余逢吉除了要他上手的时候,绝大多数是沉默的。
徐凤娟看得出他脸上的意动,很细微,可作为母亲的那里不了解孩子的想法呢?
那双在碌碌的生活里有些沉寂的眼睛,像是被点亮了小小的光芒一样,是开心的。
她叹气,左右她又不是不能干活了,如果他真的想干这一行,就干吧,她操持几年,大不了叫他来接手店面。
徐凤娟这么想着,却并没有点明,只等待余逢吉自己想清楚,然后来和她说。
丑时一到,牛伯也对逝者可能会起尸的情况做了预防,无论是镇尸符还是现杀的大公鸡,把鸡血抹在棺材上,又或者是在门口烧路引,念经……
但有时候有些东西是不太如人愿的,他们也只能尽力施行。
在乌云又一次把月亮遮蔽的时候,鸡舍的鸡疯狂的大叫起来,狂风卷起刚才烧的路引,还有灵棚中摆放的衣物、镜子、梳子,那把凳子直接就被卷起来,重重的砸在牛伯的腰上。

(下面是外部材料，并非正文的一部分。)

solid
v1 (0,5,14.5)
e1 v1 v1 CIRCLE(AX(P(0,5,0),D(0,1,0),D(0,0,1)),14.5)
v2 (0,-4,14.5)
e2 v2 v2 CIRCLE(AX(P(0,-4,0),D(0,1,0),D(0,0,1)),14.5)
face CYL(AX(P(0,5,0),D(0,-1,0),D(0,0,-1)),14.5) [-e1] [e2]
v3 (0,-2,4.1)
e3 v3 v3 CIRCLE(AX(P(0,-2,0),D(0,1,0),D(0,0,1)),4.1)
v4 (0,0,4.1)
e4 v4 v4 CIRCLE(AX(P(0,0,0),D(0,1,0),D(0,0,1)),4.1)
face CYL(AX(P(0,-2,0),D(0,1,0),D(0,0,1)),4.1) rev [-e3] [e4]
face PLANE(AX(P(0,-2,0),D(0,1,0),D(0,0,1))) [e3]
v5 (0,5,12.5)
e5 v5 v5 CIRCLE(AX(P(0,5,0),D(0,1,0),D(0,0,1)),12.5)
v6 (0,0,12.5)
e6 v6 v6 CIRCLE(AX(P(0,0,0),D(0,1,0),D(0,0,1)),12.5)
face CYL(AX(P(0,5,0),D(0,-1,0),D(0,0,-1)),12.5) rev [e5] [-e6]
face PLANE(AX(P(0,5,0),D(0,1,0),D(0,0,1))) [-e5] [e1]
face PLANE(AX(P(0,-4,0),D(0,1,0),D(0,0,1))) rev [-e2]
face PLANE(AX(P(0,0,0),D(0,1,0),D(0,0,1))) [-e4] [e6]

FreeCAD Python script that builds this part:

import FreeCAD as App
import Part
import Sketcher
from FreeCAD import Vector
Q = App.Units.Quantity

doc = App.newDocument("Part")
params = doc.addObject("Spreadsheet::Sheet", "Params")
for row, (alias, value) in enumerate([
    ("sketch1_diameter", "29 mm"),
    ("sketch1_diameter2", "25 mm"),
    ("pad1_length", "5 mm"),
    ("sketch2_diameter", "29 mm"),
    ("pad2_length", "4 mm"),
    ("sketch3_diameter", "8.2 mm"),
    ("pocket1_length", "2 mm"),
], start=1):
    params.set(f"A{row}", alias)
    params.set(f"B{row}", "=" + value)
    params.setAlias(f"B{row}", alias)

body = doc.addObject("PartDesign::Body", "Body")

sketch1 = body.newObject("Sketcher::SketchObject", "Sketch")
sketch1.AttachmentSupport = (doc.getObject("XZ_Plane"), [""])
sketch1.MapMode = "FlatFace"
sketch1.addGeometry(Part.Circle(Vector(0, 0, 0), Vector(0, 0, 1), 14), False)
sketch1.addGeometry(Part.Circle(Vector(0, 0, 0), Vector(0, 0, 1), 12), False)
sketch1.addConstraint(Sketcher.Constraint("Coincident", 0, 3, -1, 1))
sketch1.addConstraint(Sketcher.Constraint("Coincident", 1, 3, -1, 1))
sketch1.addConstraint(Sketcher.Constraint("Diameter", 0, Q("29 mm")))
sketch1.addConstraint(Sketcher.Constraint("Diameter", 1, Q("25 mm")))
sketch1.setExpression("Constraints[2]", "Params.sketch1_diameter")
sketch1.setExpression("Constraints[3]", "Params.sketch1_diameter2")
pad1 = body.newObject("PartDesign::Pad", "Pad")
pad1.Profile = sketch1
pad1.setExpression("Length", "Params.pad1_length")
pad1.Reversed = True

sketch2 = body.newObject("Sketcher::SketchObject", "Sketch001")
sketch2.AttachmentSupport = (doc.getObject("XZ_Plane"), [""])
sketch2.MapMode = "FlatFace"
sketch2.AttachmentOffset = App.Placement(Vector(0, 0, 4), App.Rotation())
sketch2.addGeometry(Part.Circle(Vector(0, 0, 0), Vector(0, 0, 1), 14), False)
sketch2.addConstraint(Sketcher.Constraint("Coincident", 0, 3, -1, 1))
sketch2.addConstraint(Sketcher.Constraint("Diameter", 0, Q("29 mm")))
sketch2.setExpression("Constraints[1]", "Params.sketch2_diameter")
pad2 = body.newObject("PartDesign::Pad", "Pad001")
pad2.Profile = sketch2
pad2.setExpression("Length", "Params.pad2_length")
pad2.Reversed = True

sketch3 = body.newObject("Sketcher::SketchObject", "Sketch002")
sketch3.AttachmentSupport = (doc.getObject("XZ_Plane"), [""])
sketch3.MapMode = "FlatFace"
sketch3.addGeometry(Part.Circle(Vector(0, 0, 0), Vector(0, 0, 1), 4.1), False)
sketch3.addConstraint(Sketcher.Constraint("Coincident", 0, 3, -1, 1))
sketch3.addConstraint(Sketcher.Constraint("Diameter", 0, Q("8.2 mm")))
sketch3.setExpression("Constraints[1]", "Params.sketch3_diameter")
pocket1 = body.newObject("PartDesign::Pocket", "Pocket")
pocket1.Profile = sketch3
pocket1.setExpression("Length", "Params.pocket1_length")
pocket1.Reversed = True

doc.recompute()
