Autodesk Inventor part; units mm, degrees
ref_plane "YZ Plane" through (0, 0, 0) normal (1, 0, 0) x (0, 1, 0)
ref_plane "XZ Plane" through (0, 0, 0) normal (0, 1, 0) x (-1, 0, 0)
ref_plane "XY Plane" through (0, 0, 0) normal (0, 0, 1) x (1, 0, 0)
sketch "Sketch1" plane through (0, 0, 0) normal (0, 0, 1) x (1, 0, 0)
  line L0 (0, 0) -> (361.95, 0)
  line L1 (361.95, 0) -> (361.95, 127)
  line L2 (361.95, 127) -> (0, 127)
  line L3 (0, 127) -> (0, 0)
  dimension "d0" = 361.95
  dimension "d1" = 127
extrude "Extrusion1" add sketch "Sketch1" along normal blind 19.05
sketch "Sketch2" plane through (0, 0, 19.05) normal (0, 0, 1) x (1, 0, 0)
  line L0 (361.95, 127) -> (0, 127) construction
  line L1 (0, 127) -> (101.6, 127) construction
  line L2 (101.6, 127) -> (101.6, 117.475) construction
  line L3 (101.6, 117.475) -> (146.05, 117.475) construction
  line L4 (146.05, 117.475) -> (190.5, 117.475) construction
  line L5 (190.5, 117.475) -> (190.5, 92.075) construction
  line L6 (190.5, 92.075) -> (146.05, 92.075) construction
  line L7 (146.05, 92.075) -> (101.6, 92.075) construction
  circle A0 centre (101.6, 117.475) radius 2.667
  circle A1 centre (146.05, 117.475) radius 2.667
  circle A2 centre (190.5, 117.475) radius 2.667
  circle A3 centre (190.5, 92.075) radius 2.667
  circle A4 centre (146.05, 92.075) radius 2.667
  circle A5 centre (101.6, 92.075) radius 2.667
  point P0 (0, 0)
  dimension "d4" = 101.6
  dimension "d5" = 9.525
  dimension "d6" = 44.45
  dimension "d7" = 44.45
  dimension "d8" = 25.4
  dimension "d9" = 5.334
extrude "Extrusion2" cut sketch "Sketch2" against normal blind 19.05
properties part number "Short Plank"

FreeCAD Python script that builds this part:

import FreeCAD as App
import Part
import Sketcher
from FreeCAD import Vector
Q = App.Units.Quantity

doc = App.newDocument("Part")
body = doc.addObject("PartDesign::Body", "Body")

sketch1 = body.newObject("Sketcher::SketchObject", "Sketch")
sketch1.AttachmentSupport = (doc.getObject("XY_Plane"), [""])
sketch1.MapMode = "FlatFace"
sketch1.addGeometry([
    Part.LineSegment(Vector(0, 127, 0), Vector(0, 0, 0)),
    Part.LineSegment(Vector(0, 0, 0), Vector(361.95, 0, 0)),
    Part.LineSegment(Vector(361.95, 0, 0), Vector(361.95, 127, 0)),
    Part.LineSegment(Vector(361.95, 127, 0), Vector(0, 127, 0)),
], False)
sketch1.addConstraint([
    Sketcher.Constraint("Coincident", 0, 2, 1, 1),
    Sketcher.Constraint("Coincident", 1, 2, 2, 1),
    Sketcher.Constraint("Coincident", 2, 2, 3, 1),
    Sketcher.Constraint("Coincident", 3, 2, 0, 1),
    Sketcher.Constraint("Vertical", 0),
    Sketcher.Constraint("Horizontal", 1),
    Sketcher.Constraint("Vertical", 2),
    Sketcher.Constraint("Horizontal", 3),
    Sketcher.Constraint("Coincident", 0, 2, -1, 1),
    Sketcher.Constraint("DistanceY", 0, 2, 0, 1, Q("5 in")),
    Sketcher.Constraint("DistanceX", 1, 1, 1, 2, Q("14.25 in")),
])
pad1 = body.newObject("PartDesign::Pad", "Pad")
pad1.Profile = sketch1
pad1.Length = Q("0.75 in")

sketch2 = body.newObject("Sketcher::SketchObject", "Sketch001")
sketch2.AttachmentSupport = (doc.getObject("XY_Plane"), [""])
sketch2.MapMode = "FlatFace"
sketch2.AttachmentOffset = App.Placement(Vector(0, 0, 0.75 * 25.4), App.Rotation())
sketch2.addGeometry([
    Part.Circle(Vector(101.6, 117.475, 0), Vector(0, 0, 1), 2.667),
    Part.Circle(Vector(146.05, 117.475, 0), Vector(0, 0, 1), 2.667),
    Part.Circle(Vector(190.5, 117.475, 0), Vector(0, 0, 1), 2.667),
    Part.Circle(Vector(190.5, 92.075, 0), Vector(0, 0, 1), 2.667),
    Part.Circle(Vector(146.05, 92.075, 0), Vector(0, 0, 1), 2.667),
    Part.Circle(Vector(101.6, 92.075, 0), Vector(0, 0, 1), 2.667),
], False)
sketch2.addConstraint([
    Sketcher.Constraint("Equal", 0, 1),
    Sketcher.Constraint("Equal", 1, 2),
    Sketcher.Constraint("Equal", 2, 3),
    Sketcher.Constraint("Equal", 3, 4),
    Sketcher.Constraint("Equal", 4, 5),
    Sketcher.Constraint("Horizontal", 0, 3, 1, 3),
    Sketcher.Constraint("Horizontal", 1, 3, 2, 3),
    Sketcher.Constraint("Horizontal", 3, 3, 4, 3),
    Sketcher.Constraint("Horizontal", 4, 3, 5, 3),
    Sketcher.Constraint("Vertical", 2, 3, 3, 3),
    Sketcher.Constraint("Vertical", 1, 3, 4, 3),
    Sketcher.Constraint("Vertical", 0, 3, 5, 3),
    Sketcher.Constraint("Diameter", 0, Q("0.21 in")),
    Sketcher.Constraint("DistanceX", -1, 1, 0, 3, Q("4 in")),
    Sketcher.Constraint("DistanceY", 3, 3, 2, 3, Q("1 in")),
    Sketcher.Constraint("DistanceX", 0, 3, 1, 3, Q("1.75 in")),
    Sketcher.Constraint("DistanceX", 1, 3, 2, 3, Q("1.75 in")),
    Sketcher.Constraint("DistanceY", -1, 1, 0, 3, Q("4.625 in")),
])
pocket1 = body.newObject("PartDesign::Pocket", "Pocket")
pocket1.Profile = sketch2
pocket1.Length = Q("0.75 in")

doc.recompute()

牛伯怎么也躲不过,受了一击,吃痛,马上脸色惨白起来,额头大颗大颗的汗水留下来,周围的人马上把他扶起放到一旁的椅子上。
他摆手,有些恍惚,不断地拍着自己的大腿,“老了老了……”
这个时候,周围的光线也暗淡下来一样,穿堂风把灵幡吹得作响,伯娘护着那盏长明灯,不住的呢喃,周围的人仔细一看,她两眼已经发白,整个身体不断地颤抖着,嘴里吐出白沫。
阿光婶这是见过得羊癫疯的人,怕她咬着自己的舌头,拿筷子给她咬着,不断地按她的人中。
“牛伯,伯娘中邪了,这怎么办?”周围的人都不太敢待在灵堂里了,觉得站在里面,明明是三伏的天,却冷冷的让人发毛。